— The task —
From the data below, return each line in which the string "CONE" is found.

··· Material for the task

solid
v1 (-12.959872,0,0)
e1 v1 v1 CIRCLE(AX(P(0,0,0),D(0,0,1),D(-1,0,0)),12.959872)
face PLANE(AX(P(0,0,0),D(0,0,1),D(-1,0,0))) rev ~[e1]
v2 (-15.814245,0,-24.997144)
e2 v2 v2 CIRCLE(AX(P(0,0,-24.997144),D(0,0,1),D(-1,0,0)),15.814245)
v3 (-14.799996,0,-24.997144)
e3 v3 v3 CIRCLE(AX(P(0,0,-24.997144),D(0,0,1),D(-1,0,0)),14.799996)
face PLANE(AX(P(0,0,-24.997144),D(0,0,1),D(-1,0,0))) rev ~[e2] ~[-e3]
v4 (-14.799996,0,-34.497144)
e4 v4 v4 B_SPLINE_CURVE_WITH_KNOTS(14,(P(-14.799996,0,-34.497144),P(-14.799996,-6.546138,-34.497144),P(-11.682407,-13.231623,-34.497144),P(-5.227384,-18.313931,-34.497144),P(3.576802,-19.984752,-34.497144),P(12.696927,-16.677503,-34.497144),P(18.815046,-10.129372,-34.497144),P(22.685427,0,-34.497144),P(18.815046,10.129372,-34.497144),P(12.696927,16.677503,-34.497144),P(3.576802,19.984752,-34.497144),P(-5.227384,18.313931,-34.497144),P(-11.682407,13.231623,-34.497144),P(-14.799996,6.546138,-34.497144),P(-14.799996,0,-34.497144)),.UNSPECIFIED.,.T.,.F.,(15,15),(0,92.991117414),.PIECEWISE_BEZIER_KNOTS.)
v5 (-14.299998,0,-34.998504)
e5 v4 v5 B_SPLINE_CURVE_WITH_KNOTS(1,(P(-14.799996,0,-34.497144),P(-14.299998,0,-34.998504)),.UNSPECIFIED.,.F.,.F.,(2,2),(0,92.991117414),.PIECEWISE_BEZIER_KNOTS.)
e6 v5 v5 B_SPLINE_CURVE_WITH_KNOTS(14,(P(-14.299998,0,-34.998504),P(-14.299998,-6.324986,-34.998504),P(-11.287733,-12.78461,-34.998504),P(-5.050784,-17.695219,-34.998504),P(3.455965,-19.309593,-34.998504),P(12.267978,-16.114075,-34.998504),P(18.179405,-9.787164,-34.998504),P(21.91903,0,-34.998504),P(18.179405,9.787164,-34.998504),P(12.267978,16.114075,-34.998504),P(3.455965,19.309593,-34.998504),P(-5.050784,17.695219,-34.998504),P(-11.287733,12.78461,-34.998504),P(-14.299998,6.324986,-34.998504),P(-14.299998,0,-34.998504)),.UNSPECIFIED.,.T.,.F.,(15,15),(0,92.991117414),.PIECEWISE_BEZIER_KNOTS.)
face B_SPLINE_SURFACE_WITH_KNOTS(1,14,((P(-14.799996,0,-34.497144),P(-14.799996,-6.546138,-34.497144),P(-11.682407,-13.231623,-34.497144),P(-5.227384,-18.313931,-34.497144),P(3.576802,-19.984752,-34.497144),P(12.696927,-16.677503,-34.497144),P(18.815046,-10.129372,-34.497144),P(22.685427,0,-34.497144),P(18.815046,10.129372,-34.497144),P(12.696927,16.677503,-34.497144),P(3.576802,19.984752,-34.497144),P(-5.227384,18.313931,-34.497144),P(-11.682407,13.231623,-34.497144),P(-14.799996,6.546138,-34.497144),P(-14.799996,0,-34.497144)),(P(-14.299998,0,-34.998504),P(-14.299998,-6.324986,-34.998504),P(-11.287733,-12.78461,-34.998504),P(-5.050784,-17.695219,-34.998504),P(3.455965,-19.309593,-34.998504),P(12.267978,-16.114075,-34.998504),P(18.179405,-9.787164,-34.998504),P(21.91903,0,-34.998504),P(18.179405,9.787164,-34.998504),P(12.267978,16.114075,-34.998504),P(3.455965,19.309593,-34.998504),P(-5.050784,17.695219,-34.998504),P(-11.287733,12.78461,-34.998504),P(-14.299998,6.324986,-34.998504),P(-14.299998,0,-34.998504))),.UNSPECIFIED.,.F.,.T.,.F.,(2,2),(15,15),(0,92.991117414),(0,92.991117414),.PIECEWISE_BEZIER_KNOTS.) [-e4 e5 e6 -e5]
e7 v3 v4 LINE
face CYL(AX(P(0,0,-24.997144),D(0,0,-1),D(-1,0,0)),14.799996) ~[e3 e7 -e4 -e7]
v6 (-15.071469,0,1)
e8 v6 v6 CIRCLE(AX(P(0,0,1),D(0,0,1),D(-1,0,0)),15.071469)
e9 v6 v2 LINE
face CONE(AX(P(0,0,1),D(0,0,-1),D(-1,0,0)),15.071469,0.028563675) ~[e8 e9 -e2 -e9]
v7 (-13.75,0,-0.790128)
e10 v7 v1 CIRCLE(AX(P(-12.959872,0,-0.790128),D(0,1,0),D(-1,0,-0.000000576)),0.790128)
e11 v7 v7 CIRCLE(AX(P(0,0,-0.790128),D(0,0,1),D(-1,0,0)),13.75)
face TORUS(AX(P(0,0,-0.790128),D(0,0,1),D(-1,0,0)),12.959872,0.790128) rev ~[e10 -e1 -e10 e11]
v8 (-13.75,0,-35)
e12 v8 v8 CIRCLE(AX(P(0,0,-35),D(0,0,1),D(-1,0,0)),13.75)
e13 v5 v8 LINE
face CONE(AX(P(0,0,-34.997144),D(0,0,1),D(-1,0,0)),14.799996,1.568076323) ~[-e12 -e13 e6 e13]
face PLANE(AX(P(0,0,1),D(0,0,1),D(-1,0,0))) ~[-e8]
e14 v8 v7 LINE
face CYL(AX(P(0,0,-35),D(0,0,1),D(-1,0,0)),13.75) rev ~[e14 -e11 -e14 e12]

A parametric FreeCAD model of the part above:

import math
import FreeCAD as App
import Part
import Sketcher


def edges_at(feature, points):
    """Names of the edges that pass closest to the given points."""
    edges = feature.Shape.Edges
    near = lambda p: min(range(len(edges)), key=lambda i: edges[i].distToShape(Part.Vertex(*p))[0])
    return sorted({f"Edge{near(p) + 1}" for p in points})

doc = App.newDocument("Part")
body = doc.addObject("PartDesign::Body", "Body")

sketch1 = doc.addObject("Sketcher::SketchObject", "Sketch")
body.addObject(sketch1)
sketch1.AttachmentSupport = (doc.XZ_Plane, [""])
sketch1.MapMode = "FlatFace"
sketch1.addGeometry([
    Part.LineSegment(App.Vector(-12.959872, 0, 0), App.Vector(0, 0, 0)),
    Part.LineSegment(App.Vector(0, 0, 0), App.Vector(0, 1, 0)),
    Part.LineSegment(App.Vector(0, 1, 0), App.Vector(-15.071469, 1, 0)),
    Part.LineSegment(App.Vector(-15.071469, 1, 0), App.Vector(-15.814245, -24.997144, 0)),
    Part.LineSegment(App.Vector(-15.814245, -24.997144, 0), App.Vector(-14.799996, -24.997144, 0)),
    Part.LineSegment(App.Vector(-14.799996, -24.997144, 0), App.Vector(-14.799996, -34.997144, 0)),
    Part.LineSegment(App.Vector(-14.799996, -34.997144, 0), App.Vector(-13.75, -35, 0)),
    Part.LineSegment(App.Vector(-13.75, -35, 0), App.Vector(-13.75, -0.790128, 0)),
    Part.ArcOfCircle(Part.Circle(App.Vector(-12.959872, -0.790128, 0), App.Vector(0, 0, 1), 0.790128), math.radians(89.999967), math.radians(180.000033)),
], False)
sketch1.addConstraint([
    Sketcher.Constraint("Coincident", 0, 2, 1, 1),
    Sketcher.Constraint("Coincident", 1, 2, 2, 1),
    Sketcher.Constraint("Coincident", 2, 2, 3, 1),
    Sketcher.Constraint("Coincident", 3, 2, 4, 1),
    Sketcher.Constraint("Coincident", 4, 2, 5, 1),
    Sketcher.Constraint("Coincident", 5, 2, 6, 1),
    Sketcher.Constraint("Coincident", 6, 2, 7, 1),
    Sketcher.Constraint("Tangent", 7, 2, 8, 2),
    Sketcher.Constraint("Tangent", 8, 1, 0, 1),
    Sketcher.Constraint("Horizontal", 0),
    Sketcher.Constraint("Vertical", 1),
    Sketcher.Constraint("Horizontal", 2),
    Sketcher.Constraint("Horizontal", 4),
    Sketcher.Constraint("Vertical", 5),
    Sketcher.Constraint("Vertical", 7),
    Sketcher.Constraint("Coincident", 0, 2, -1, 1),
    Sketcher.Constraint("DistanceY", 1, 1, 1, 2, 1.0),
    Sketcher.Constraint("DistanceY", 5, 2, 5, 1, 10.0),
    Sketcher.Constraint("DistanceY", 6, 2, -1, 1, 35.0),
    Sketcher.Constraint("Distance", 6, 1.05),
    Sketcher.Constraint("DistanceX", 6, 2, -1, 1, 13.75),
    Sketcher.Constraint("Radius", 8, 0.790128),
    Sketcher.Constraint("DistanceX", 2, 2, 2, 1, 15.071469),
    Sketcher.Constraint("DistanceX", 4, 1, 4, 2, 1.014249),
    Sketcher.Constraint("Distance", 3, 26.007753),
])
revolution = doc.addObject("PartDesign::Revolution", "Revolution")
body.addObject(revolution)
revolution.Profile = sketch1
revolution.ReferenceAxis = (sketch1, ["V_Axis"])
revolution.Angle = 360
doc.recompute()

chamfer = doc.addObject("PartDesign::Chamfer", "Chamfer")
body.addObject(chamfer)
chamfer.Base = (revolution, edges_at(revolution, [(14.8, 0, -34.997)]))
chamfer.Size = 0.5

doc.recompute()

······
··· Material for the task

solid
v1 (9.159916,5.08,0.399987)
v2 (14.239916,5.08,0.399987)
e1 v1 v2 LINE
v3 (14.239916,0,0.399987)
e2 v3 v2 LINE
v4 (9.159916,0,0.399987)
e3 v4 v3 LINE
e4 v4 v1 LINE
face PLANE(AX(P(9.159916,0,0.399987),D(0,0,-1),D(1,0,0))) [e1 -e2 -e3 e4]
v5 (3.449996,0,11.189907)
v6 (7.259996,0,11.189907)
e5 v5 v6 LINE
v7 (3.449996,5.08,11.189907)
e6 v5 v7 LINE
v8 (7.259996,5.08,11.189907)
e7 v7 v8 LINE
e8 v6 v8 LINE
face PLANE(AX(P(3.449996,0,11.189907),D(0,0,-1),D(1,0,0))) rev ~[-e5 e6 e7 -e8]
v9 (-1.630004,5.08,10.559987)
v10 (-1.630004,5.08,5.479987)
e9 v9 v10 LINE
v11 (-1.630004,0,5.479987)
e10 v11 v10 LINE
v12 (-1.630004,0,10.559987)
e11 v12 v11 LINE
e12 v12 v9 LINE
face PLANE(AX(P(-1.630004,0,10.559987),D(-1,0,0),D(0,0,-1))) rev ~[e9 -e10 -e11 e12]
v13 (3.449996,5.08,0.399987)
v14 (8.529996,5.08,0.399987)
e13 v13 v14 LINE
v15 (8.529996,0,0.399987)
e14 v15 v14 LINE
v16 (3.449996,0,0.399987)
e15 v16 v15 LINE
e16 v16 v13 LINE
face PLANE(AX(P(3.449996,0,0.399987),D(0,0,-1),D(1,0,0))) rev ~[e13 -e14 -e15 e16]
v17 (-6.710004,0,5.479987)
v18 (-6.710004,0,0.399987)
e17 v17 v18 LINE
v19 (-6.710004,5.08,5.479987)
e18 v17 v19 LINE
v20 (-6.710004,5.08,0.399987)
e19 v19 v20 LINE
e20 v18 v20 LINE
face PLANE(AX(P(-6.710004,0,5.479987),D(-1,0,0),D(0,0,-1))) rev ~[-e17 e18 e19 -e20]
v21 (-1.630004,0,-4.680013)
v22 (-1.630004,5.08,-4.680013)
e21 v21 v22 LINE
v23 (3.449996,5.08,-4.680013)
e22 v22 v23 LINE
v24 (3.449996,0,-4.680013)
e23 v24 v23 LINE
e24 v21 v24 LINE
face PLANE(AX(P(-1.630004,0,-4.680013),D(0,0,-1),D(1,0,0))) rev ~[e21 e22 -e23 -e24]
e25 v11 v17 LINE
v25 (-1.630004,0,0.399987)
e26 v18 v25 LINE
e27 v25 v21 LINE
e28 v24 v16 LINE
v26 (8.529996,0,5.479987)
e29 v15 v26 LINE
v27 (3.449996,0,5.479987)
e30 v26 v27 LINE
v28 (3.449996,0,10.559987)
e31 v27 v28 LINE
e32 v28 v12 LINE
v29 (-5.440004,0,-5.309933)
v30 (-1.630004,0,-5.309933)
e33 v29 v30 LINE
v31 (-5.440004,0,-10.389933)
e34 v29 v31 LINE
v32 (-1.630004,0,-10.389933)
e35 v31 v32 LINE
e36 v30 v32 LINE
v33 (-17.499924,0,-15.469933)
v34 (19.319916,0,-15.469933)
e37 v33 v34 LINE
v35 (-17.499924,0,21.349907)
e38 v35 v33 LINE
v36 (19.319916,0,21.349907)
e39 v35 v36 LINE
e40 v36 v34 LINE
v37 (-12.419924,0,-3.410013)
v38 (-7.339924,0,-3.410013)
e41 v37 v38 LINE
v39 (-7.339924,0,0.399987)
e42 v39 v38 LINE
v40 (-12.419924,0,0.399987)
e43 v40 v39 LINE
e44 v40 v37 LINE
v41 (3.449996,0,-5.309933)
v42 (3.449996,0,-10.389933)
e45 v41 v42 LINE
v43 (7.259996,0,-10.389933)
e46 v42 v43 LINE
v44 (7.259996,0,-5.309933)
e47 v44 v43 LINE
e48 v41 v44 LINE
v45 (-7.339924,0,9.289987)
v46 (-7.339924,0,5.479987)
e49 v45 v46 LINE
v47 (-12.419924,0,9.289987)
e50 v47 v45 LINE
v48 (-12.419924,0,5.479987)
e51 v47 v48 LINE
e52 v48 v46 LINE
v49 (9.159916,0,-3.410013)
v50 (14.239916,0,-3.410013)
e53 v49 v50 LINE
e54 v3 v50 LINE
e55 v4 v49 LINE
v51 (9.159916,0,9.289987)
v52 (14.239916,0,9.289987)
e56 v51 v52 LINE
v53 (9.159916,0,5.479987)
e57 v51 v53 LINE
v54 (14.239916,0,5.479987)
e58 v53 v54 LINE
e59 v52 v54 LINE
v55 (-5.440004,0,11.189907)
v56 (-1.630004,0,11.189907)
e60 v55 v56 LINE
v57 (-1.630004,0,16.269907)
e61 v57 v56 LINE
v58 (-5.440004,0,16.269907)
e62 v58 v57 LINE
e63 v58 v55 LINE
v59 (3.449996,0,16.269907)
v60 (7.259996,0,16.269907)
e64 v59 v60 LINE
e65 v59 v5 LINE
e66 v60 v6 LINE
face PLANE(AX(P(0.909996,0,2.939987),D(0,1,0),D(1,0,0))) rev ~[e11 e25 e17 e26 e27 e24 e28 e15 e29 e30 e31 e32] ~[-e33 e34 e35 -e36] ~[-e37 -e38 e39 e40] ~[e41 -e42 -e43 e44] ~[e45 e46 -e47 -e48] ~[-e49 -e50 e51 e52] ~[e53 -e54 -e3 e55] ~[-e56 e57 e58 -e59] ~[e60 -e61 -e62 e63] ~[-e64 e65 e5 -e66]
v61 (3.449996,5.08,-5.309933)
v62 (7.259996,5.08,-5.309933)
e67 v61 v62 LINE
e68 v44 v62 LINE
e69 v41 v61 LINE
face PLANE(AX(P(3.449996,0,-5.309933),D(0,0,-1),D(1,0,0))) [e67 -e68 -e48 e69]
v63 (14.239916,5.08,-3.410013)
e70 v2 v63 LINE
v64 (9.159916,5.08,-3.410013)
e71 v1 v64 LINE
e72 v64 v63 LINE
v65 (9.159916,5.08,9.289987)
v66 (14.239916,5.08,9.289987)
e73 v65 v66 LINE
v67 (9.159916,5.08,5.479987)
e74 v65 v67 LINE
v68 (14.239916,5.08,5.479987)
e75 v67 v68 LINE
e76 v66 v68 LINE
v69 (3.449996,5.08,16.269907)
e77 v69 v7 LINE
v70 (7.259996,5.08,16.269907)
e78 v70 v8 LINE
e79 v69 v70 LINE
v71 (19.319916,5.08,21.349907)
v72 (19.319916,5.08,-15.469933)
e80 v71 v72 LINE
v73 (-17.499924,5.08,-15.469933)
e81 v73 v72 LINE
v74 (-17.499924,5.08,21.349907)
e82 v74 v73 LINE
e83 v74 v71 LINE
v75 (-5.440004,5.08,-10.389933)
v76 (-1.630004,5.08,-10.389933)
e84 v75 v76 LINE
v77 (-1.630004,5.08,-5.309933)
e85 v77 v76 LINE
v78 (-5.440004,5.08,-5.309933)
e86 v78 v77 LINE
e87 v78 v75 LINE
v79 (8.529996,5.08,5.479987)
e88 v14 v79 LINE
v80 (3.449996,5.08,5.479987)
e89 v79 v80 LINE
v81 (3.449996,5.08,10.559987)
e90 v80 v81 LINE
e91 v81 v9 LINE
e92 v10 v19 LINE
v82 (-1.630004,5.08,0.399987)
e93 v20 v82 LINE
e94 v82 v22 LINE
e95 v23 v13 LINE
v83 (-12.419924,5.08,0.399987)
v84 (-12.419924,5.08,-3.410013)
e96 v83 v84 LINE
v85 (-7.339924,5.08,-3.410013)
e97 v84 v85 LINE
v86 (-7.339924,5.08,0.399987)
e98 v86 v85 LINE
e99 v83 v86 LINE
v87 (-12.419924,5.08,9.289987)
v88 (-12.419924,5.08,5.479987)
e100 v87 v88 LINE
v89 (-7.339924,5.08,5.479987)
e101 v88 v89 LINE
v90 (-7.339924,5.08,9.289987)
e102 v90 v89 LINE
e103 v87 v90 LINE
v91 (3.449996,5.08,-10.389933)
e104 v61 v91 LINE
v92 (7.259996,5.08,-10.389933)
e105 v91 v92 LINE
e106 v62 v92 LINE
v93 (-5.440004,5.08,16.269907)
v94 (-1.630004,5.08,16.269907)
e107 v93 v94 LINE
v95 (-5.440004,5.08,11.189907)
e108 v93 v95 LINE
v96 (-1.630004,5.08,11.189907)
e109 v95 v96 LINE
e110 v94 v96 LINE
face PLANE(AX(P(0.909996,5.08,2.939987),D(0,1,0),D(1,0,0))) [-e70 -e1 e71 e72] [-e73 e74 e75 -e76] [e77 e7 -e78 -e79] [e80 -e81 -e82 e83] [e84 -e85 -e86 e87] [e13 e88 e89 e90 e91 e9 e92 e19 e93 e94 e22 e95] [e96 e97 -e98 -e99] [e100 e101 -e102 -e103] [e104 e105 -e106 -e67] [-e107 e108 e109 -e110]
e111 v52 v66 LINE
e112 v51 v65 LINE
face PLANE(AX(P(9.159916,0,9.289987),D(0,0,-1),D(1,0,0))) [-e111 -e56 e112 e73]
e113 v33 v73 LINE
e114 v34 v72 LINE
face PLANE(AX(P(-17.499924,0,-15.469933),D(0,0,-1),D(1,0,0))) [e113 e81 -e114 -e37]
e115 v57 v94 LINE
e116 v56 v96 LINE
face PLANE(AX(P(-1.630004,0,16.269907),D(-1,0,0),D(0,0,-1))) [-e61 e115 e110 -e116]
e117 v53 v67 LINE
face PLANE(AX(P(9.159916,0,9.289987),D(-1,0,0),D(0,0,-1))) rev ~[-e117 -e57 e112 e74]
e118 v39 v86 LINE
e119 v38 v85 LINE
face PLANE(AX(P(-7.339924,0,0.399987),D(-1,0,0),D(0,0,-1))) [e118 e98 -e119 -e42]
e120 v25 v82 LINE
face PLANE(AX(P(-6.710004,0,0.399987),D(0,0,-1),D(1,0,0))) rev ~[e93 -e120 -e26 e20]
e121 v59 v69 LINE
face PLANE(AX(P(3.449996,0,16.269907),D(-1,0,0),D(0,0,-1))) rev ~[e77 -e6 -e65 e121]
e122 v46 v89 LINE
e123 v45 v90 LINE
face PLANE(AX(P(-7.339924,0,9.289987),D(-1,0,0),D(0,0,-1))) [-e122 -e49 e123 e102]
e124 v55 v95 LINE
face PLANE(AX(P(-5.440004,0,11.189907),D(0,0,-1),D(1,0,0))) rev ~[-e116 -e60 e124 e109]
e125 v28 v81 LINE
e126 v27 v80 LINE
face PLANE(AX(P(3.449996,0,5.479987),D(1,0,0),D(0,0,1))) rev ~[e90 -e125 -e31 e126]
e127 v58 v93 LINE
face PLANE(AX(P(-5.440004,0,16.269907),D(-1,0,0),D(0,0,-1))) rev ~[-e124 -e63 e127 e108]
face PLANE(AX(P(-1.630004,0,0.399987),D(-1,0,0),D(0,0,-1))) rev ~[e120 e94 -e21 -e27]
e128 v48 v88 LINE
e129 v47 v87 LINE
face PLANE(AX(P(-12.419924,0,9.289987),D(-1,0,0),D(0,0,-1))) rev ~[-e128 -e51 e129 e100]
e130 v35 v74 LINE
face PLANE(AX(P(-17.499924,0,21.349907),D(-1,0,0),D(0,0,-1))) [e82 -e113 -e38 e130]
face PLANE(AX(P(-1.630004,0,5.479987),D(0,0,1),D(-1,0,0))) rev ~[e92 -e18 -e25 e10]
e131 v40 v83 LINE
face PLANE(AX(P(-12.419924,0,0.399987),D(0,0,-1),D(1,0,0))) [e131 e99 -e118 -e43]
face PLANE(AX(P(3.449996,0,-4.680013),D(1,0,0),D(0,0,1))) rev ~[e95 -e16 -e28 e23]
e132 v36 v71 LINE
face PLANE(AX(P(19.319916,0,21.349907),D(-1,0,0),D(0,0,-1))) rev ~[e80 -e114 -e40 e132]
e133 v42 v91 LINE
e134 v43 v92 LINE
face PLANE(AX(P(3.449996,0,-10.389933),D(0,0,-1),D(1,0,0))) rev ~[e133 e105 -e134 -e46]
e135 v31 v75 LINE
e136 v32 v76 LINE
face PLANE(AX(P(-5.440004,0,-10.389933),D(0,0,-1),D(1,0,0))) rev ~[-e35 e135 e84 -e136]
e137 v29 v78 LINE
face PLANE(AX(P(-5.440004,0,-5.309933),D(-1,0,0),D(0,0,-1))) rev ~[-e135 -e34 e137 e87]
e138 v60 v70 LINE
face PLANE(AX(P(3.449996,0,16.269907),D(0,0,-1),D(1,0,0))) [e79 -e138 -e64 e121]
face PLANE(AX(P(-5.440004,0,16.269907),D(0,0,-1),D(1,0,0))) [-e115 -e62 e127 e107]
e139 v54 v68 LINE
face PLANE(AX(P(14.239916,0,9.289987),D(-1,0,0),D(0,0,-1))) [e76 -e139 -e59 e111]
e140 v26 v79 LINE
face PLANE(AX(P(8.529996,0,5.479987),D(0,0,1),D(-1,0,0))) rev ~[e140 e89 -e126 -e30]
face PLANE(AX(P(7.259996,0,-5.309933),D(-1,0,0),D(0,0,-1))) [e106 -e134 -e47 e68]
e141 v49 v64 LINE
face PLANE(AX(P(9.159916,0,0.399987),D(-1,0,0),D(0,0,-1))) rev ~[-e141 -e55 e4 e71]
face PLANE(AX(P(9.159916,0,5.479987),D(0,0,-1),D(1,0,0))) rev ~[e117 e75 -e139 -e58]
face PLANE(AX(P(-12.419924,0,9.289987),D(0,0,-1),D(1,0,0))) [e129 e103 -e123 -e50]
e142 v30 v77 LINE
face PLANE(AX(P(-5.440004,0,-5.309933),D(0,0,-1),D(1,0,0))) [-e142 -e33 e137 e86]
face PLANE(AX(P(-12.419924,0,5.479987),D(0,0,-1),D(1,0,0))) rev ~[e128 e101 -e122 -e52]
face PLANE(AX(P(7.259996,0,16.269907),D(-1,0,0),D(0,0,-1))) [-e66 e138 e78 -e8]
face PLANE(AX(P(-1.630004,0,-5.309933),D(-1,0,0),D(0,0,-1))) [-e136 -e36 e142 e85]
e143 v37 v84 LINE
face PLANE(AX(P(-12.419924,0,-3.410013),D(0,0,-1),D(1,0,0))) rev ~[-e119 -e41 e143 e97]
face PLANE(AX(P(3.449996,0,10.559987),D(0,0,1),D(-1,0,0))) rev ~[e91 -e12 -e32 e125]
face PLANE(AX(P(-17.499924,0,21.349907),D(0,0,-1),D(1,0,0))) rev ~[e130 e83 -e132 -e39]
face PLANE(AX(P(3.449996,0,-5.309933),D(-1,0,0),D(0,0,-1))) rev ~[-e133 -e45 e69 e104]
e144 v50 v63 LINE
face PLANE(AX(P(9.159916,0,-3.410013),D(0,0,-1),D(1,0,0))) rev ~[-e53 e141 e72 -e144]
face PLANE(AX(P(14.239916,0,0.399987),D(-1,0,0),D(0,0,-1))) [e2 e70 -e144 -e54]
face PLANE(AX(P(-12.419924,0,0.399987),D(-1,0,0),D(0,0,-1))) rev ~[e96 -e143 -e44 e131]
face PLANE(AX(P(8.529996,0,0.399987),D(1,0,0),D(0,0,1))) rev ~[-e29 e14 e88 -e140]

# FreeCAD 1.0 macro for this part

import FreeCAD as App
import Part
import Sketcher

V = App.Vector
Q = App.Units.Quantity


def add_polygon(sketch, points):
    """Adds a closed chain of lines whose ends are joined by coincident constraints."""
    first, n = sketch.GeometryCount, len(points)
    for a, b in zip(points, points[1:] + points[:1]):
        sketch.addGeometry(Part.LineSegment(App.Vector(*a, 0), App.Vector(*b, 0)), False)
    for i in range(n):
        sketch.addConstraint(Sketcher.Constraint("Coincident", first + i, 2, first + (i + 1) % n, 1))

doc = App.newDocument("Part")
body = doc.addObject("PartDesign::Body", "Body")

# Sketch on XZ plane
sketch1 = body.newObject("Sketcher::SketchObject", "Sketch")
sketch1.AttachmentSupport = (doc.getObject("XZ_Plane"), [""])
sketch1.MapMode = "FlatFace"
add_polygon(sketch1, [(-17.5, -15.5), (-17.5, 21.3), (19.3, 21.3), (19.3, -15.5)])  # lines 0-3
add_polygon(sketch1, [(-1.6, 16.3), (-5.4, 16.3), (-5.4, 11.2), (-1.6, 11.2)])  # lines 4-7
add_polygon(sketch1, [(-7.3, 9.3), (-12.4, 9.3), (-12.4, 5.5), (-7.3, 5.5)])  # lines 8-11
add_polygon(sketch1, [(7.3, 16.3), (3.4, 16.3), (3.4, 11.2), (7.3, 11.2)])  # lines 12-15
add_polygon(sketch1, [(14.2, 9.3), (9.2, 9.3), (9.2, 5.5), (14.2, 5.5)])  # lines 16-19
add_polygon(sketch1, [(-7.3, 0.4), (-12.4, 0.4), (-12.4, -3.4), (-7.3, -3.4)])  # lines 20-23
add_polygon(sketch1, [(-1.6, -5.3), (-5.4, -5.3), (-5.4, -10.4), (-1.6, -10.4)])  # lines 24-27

······

— Written answer —
face CONE(AX(P(0,0,1),D(0,0,-1),D(-1,0,0)),15.071469,0.028563675) ~[e8 e9 -e2 -e9]
face CONE(AX(P(0,0,-34.997144),D(0,0,1),D(-1,0,0)),14.799996,1.568076323) ~[-e12 -e13 e6 e13]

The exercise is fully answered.